I have a future breeding pair of miniature zebu. They wont be ready for breeding for about 1 1/2 yrs, maybe less. They are registered & were bottle-fed.  I got my bull first because that's what was available at the time. Yes, they are expensive, but I consider it an investment. 
He is lead trained, as is the heifer that I eventually got. Both are very sweet & gentle most of the time--then there's feeding time! They get fed separately to ensure that they both get what they're supposed to get. They are treated as pets, as are ALL my farm animals. I don't want anything on my farm that wont come up to me to be petted.
When my zebu start breeding, what I do with the calf depends on what sex it is & what my needs are at the time. Originally, I got them to raise my own meat, so a bull calf would be steered & eventually processed. Or he might be sold as a future breeder/pet for someone else. A heifer would be saved for future breeding (either AI or another bull).
I got both of mine from Steve & Rosemary Meding in Punta Gorda, FL. They are awesome people & full of information that they are more than willing to share! 
If you google her name, a nice article comes up on her about her work with zebu.


----------



## clarmayfarm

Guys, can I ask why miniature? Is this only because of space?

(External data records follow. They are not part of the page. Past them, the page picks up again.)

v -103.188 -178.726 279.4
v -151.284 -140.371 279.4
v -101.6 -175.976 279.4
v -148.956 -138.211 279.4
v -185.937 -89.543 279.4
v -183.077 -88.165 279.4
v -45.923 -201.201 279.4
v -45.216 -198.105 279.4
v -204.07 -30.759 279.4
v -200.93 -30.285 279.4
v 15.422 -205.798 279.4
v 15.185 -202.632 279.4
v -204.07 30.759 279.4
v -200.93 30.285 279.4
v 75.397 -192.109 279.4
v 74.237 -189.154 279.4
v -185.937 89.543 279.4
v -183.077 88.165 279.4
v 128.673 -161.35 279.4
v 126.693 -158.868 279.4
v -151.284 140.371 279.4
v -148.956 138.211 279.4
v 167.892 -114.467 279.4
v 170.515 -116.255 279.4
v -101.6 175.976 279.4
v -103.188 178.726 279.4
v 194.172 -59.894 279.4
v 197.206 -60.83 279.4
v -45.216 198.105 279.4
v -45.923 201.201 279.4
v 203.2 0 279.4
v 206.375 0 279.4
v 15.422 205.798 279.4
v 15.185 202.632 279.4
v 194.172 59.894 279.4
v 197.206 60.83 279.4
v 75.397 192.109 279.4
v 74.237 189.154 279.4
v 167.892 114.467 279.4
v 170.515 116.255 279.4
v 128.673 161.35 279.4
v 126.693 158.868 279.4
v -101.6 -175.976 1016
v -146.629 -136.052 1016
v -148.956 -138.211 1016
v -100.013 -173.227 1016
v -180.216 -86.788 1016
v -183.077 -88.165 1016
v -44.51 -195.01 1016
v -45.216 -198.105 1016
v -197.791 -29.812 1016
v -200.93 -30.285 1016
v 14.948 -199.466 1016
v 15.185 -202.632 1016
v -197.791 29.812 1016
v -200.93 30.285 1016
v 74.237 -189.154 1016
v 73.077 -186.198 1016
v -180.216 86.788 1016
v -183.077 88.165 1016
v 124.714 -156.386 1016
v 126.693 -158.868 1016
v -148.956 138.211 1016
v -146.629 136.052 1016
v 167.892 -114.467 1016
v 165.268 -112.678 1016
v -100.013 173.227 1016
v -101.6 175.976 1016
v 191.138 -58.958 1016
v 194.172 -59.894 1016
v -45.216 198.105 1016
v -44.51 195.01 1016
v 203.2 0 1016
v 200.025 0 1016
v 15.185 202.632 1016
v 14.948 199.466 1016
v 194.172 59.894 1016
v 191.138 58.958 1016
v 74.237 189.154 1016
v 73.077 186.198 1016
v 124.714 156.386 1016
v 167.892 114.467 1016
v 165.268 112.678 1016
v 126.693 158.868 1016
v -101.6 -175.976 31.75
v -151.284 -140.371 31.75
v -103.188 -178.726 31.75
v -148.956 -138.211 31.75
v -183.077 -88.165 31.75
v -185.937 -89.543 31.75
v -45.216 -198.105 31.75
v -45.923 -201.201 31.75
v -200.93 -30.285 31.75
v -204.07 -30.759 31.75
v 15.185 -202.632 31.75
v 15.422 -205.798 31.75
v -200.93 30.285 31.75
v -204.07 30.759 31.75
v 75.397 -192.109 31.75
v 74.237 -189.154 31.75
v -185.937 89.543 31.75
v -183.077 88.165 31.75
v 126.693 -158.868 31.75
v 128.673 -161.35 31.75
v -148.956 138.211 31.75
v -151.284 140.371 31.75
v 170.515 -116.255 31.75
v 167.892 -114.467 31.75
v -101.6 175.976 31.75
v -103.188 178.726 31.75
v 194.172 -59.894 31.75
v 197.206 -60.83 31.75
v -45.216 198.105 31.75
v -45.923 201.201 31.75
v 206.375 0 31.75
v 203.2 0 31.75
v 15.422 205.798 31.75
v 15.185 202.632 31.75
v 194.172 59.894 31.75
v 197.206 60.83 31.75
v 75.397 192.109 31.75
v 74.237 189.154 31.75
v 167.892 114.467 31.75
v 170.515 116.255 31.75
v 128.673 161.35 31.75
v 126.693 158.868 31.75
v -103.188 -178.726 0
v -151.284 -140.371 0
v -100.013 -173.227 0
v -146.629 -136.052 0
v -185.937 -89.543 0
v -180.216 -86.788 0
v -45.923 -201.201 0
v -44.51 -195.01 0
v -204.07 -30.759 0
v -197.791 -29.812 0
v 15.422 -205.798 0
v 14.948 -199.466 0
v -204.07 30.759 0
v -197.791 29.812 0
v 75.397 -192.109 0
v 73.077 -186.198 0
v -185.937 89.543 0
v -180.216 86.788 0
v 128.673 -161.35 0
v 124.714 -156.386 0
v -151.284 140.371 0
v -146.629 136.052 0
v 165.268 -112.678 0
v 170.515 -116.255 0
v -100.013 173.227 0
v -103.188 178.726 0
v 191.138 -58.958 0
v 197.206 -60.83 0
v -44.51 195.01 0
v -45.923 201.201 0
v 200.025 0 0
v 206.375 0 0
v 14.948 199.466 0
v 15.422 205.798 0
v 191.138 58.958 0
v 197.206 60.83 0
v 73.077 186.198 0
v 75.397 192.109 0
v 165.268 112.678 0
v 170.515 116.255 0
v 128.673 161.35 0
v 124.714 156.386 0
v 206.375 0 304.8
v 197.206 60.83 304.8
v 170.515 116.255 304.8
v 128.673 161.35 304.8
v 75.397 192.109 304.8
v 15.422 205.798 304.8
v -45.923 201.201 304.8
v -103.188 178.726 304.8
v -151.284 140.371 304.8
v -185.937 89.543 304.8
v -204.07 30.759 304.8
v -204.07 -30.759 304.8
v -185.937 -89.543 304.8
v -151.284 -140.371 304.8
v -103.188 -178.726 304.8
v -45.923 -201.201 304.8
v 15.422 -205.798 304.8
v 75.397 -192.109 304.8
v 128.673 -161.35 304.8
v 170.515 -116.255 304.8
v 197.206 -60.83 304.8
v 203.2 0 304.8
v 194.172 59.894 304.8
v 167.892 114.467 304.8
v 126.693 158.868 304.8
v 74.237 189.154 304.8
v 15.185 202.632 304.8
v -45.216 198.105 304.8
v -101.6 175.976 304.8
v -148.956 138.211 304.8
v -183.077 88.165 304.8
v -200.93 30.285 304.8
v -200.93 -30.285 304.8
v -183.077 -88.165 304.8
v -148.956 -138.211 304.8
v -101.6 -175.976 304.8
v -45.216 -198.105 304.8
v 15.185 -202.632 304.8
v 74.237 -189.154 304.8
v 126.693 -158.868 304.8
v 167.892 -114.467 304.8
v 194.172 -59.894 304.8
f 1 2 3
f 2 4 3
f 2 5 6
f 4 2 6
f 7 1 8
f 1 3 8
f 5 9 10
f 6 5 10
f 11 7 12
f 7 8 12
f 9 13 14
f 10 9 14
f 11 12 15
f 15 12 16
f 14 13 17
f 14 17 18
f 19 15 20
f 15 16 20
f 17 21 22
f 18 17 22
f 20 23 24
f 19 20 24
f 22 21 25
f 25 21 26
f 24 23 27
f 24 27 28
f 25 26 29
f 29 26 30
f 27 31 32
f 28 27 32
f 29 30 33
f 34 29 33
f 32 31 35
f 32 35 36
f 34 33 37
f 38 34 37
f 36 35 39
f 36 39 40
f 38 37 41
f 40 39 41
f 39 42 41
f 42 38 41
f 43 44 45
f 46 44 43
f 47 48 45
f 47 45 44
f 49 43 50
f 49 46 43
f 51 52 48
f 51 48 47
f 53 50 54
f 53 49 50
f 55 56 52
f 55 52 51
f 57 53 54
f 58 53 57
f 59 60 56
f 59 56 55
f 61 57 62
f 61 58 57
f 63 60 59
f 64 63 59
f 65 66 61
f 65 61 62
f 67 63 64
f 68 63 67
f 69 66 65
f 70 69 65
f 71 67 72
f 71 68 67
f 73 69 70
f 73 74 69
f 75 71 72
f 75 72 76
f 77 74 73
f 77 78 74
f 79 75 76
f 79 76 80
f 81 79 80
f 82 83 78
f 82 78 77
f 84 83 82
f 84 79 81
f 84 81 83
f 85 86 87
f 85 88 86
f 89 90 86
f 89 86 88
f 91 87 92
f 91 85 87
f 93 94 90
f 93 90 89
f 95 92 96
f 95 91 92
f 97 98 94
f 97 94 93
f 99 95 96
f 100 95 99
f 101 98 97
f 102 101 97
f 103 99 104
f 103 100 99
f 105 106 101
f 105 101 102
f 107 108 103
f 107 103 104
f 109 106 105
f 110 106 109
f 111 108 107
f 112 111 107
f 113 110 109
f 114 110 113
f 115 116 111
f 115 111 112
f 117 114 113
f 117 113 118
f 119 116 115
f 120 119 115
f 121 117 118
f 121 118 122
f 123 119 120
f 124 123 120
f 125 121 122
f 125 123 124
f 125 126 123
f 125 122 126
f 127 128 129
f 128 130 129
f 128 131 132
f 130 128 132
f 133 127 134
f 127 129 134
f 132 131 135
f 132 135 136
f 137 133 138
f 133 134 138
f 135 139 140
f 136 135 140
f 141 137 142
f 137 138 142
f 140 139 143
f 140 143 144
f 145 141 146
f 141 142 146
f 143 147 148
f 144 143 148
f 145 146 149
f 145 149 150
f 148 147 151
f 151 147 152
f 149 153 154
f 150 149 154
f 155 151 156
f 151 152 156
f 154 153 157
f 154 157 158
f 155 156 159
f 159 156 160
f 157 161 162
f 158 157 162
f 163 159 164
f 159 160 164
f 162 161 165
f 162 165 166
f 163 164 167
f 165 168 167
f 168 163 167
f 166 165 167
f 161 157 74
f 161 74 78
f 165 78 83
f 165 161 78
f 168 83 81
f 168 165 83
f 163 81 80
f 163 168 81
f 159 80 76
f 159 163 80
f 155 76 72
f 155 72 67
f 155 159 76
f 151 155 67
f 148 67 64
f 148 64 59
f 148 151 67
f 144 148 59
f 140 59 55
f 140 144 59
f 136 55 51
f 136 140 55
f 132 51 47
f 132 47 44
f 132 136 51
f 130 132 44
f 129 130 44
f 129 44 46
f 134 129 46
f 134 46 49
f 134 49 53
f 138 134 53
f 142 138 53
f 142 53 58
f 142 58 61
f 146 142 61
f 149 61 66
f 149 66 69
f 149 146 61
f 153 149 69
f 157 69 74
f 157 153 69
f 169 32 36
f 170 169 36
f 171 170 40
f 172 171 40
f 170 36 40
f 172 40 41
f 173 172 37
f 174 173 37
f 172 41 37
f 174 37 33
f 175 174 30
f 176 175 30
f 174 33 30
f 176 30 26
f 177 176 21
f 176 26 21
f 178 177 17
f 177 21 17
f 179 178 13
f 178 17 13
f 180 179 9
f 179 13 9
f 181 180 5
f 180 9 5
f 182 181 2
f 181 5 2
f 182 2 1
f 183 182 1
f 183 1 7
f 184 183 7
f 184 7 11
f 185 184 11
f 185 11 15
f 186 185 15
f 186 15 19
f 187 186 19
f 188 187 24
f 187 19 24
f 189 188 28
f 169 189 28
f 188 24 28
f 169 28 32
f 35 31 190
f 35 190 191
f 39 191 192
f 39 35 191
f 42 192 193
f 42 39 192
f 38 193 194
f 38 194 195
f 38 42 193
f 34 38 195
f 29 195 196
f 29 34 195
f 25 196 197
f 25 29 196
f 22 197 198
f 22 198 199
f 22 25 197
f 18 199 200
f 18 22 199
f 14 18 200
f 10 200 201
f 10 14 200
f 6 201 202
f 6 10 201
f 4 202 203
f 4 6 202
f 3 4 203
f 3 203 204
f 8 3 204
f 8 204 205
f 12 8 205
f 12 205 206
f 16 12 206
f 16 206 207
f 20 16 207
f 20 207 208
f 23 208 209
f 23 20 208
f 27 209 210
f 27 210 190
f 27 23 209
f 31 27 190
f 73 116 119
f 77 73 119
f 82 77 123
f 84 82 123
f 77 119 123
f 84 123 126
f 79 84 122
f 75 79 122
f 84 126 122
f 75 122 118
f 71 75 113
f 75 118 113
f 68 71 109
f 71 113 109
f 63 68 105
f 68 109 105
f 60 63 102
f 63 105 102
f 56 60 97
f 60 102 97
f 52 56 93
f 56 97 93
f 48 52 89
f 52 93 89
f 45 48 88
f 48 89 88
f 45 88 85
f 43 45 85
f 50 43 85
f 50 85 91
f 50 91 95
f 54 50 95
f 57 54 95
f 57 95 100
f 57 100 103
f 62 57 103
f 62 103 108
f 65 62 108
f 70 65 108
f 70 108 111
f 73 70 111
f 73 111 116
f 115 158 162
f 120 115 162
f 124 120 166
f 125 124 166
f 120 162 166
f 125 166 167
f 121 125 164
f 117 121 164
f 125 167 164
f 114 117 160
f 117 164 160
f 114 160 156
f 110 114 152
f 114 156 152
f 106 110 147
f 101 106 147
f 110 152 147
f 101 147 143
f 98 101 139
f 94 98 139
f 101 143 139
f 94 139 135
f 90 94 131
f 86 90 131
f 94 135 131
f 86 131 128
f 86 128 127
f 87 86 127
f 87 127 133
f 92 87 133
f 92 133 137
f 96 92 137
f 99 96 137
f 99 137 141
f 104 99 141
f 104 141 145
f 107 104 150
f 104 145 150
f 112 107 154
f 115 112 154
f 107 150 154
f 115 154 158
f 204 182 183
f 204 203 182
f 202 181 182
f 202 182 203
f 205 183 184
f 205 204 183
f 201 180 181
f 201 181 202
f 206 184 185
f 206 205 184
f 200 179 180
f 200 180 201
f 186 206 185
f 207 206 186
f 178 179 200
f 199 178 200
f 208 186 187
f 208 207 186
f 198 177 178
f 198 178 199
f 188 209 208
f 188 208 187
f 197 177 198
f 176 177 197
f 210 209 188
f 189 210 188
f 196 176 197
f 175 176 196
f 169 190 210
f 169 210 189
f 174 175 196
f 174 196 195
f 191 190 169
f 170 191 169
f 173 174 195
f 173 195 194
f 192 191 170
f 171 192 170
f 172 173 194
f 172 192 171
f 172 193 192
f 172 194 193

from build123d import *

# Parameters (mm, degrees)
F0_R     = 203.2
F0_R_2   = 200.025
F1_DEPTH = 1016
F0_R_3   = 206.375
F2_DEPTH = 31.75
F5_R     = 206.375
F5_R_2   = 203.2
F6_DEPTH = 25.4


with BuildPart() as f1:
    # F0 (on Top) → F1 (new body)
    with BuildSketch(Plane.XY):
        Circle(F0_R)
        Circle(F0_R_2, mode=Mode.SUBTRACT)
    extrude(amount=F1_DEPTH)

    # F0 (on Top) → F2 (join)
    with BuildSketch(Plane.XY):
        Circle(F0_R_3)
        Circle(F0_R, mode=Mode.SUBTRACT)
    extrude(amount=F2_DEPTH)


with BuildPart() as f6:
    # F5 (on face) → F6 (new body)
    with BuildSketch(Plane.XY.offset(279.4)):
        Circle(F5_R)
        Circle(F5_R_2, mode=Mode.SUBTRACT)
    extrude(amount=F6_DEPTH)


solid = Compound([f1.part, f6.part])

Most miniature cattle were selected by breeding smallest to smallest of a breed, irregardless of health or production or livability. Others are mutations.  Either way, they EAT a lot, just like larger cattle. 

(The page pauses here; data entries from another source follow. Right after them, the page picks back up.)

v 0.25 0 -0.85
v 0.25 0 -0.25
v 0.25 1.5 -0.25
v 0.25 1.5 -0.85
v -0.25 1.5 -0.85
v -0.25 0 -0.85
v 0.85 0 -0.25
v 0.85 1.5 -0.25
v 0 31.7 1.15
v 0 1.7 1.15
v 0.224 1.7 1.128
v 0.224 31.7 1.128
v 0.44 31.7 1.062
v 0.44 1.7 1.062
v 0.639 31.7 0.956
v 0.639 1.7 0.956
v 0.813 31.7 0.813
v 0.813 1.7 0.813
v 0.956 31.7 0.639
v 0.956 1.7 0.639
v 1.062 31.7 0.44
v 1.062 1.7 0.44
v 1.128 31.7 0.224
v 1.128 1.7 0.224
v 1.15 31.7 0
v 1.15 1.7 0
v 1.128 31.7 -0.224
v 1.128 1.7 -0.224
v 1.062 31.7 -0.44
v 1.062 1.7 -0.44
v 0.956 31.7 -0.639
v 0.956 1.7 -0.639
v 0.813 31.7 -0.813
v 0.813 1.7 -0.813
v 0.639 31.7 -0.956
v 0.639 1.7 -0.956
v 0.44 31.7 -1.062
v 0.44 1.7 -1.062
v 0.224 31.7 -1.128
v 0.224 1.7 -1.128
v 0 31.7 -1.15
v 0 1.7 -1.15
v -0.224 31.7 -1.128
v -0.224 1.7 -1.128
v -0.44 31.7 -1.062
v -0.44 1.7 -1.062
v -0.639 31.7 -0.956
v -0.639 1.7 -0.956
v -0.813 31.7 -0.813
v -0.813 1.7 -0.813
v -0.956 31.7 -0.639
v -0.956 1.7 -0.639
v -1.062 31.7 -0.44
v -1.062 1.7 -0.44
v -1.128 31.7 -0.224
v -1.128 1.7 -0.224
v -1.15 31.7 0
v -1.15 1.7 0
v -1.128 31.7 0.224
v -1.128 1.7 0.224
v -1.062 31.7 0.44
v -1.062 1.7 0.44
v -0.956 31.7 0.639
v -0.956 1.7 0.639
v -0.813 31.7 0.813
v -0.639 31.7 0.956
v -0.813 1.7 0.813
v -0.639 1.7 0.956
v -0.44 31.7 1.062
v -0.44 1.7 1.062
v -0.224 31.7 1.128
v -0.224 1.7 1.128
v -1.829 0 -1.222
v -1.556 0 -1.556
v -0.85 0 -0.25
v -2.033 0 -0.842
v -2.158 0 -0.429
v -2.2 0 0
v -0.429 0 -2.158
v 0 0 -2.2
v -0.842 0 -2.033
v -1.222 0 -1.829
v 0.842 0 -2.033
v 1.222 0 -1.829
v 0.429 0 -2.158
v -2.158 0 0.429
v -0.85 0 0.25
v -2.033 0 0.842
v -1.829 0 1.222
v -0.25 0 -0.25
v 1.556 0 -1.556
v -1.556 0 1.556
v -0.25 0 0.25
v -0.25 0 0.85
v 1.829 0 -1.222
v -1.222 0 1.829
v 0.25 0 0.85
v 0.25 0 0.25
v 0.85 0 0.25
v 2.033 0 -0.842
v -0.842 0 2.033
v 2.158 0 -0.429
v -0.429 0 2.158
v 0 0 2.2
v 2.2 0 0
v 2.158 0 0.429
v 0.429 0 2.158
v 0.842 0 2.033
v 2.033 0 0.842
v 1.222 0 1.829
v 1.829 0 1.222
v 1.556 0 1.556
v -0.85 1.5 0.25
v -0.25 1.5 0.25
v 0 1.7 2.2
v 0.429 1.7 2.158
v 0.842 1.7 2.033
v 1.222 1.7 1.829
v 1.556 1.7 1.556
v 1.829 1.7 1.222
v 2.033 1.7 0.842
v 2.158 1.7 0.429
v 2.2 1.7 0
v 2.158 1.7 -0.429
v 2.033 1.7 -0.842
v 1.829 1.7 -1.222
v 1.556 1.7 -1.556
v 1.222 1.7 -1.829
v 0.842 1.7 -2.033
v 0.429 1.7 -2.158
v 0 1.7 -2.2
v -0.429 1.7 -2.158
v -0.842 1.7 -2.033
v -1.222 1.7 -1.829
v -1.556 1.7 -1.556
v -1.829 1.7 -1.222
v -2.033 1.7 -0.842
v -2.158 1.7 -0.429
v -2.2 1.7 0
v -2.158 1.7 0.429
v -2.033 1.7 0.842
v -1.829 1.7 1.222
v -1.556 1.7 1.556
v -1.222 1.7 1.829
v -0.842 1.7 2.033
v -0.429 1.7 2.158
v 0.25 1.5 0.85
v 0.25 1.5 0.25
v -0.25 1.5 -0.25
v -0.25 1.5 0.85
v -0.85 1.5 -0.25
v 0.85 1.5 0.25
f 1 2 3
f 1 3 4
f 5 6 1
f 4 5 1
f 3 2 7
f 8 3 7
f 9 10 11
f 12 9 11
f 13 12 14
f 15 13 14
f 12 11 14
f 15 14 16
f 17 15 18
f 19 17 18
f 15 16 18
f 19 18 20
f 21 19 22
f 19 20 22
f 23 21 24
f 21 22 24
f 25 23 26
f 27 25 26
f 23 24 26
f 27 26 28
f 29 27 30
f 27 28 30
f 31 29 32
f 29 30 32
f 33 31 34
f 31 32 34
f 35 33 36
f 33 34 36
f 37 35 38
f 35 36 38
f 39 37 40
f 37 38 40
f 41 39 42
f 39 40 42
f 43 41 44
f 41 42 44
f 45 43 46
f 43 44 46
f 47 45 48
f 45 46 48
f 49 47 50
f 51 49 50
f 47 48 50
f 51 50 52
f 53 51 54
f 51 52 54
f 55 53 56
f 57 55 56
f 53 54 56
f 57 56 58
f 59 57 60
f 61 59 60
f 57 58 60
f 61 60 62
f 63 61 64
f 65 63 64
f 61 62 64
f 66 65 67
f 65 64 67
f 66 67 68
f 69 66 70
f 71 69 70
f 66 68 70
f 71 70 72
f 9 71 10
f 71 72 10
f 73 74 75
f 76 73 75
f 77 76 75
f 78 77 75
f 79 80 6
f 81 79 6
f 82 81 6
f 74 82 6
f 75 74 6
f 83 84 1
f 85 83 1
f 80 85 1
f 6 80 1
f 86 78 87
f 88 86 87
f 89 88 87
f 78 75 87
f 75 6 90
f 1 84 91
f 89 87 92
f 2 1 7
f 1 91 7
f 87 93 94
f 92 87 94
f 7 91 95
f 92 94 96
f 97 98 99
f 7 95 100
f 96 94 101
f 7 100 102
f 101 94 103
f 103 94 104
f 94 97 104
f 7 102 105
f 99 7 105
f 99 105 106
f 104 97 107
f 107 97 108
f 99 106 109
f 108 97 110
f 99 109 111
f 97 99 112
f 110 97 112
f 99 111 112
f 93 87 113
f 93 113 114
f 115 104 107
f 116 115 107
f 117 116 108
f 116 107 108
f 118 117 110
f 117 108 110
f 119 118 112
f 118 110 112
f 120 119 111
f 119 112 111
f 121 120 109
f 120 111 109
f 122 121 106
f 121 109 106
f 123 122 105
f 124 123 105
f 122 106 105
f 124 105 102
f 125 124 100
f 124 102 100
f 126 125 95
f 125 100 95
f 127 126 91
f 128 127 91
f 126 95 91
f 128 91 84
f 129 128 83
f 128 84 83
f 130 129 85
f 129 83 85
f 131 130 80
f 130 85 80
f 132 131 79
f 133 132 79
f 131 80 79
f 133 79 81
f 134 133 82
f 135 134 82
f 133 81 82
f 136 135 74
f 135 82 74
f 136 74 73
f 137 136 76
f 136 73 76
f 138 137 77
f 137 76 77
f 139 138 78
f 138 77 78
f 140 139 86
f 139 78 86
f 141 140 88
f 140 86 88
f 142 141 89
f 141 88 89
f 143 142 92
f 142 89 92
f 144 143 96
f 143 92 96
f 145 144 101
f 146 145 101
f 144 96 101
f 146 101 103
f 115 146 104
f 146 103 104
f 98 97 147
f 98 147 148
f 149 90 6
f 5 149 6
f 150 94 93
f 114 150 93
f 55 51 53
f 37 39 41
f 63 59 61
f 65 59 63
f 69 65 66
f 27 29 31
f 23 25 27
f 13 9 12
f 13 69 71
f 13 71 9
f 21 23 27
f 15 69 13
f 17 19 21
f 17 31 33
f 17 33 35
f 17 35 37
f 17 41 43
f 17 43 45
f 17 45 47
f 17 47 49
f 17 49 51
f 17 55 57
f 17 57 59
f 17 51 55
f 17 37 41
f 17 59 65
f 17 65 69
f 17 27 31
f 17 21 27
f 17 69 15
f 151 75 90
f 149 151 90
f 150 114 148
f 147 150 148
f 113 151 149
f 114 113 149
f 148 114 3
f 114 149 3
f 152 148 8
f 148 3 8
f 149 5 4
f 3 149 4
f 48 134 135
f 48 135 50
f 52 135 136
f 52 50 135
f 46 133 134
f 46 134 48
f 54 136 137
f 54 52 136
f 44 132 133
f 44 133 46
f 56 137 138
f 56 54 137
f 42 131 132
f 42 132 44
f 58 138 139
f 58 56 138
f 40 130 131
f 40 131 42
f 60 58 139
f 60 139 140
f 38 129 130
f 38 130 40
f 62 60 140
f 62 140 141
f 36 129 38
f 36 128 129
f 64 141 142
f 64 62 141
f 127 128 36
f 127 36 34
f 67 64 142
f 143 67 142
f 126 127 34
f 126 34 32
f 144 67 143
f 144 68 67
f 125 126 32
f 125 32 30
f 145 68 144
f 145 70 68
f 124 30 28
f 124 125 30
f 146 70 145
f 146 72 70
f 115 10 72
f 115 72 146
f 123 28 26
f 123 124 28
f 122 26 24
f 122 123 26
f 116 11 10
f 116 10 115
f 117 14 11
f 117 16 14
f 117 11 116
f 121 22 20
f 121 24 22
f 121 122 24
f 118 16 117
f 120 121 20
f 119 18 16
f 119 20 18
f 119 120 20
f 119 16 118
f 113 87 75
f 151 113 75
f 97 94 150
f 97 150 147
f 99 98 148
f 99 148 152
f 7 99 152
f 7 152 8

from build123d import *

# Parameters (mm, degrees)
SKETCH_1_R          = 2.2
EXTRUDE_1_DEPTH     = 1.7
EXTRUDE_START       = 1.7
SKETCH_1_4_R        = 1.15
EXTRUDE_2_DEPTH     = 30
SKETCH_1_3_W        = 1.7
SKETCH_1_3_H        = 0.5
SKETCH_1_3_W_2      = 0.5
SKETCH_1_3_H_2      = 1.7
CUT_EXTRUDE_1_DEPTH = 1.5


with BuildPart() as part:
    # 草图1 → 凸台-拉伸1 (new body)
    with BuildSketch(Plane(origin=(0, 0, 0), x_dir=(1, 0, 0), z_dir=(0, 1, 0))):
        with Locations(Location((0, 0, 0), (0, 0, 270))):
            Circle(SKETCH_1_R)
    extrude(amount=EXTRUDE_1_DEPTH)

    # 草图1<4> → 凸台-拉伸2 (add)
    with BuildSketch(Plane(origin=(0, 0, 0), x_dir=(1, 0, 0), z_dir=(0, 1, 0)).offset(EXTRUDE_START)):
        with Locations(Location((0, 0, 0), (0, 0, 270))):
            Circle(SKETCH_1_4_R)
    extrude(amount=EXTRUDE_2_DEPTH)

    # 草图1<3> → 切除-拉伸1 (cut)
    with BuildSketch(Plane(origin=(0, 0, 0), x_dir=(1, 0, 0), z_dir=(0, 1, 0))):
        Rectangle(SKETCH_1_3_W, SKETCH_1_3_H)
        Rectangle(SKETCH_1_3_W_2, SKETCH_1_3_H_2)
    extrude(amount=CUT_EXTRUDE_1_DEPTH, mode=Mode.SUBTRACT)


solid = part.part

Why not a small Jersey, or Dexter, or something that is not bred to be miniature?

I do not mean to offend, Tiger Lily; I think they are darling and cute. But like a "miniature" dog, they can have serious health problems, issues becoming pregnant, etc.  

It seems like marketing to me.


----------



## cutechick2010

They do still eat less than a full sized cow though. Plus the space issues, plus they are easier to handle, especially for a small person. And when you don't need the huge amount of milk that a full size cow gives, these give plenty for a family without you winding up practically swimming in it. The cute factor is just icing on the cake. 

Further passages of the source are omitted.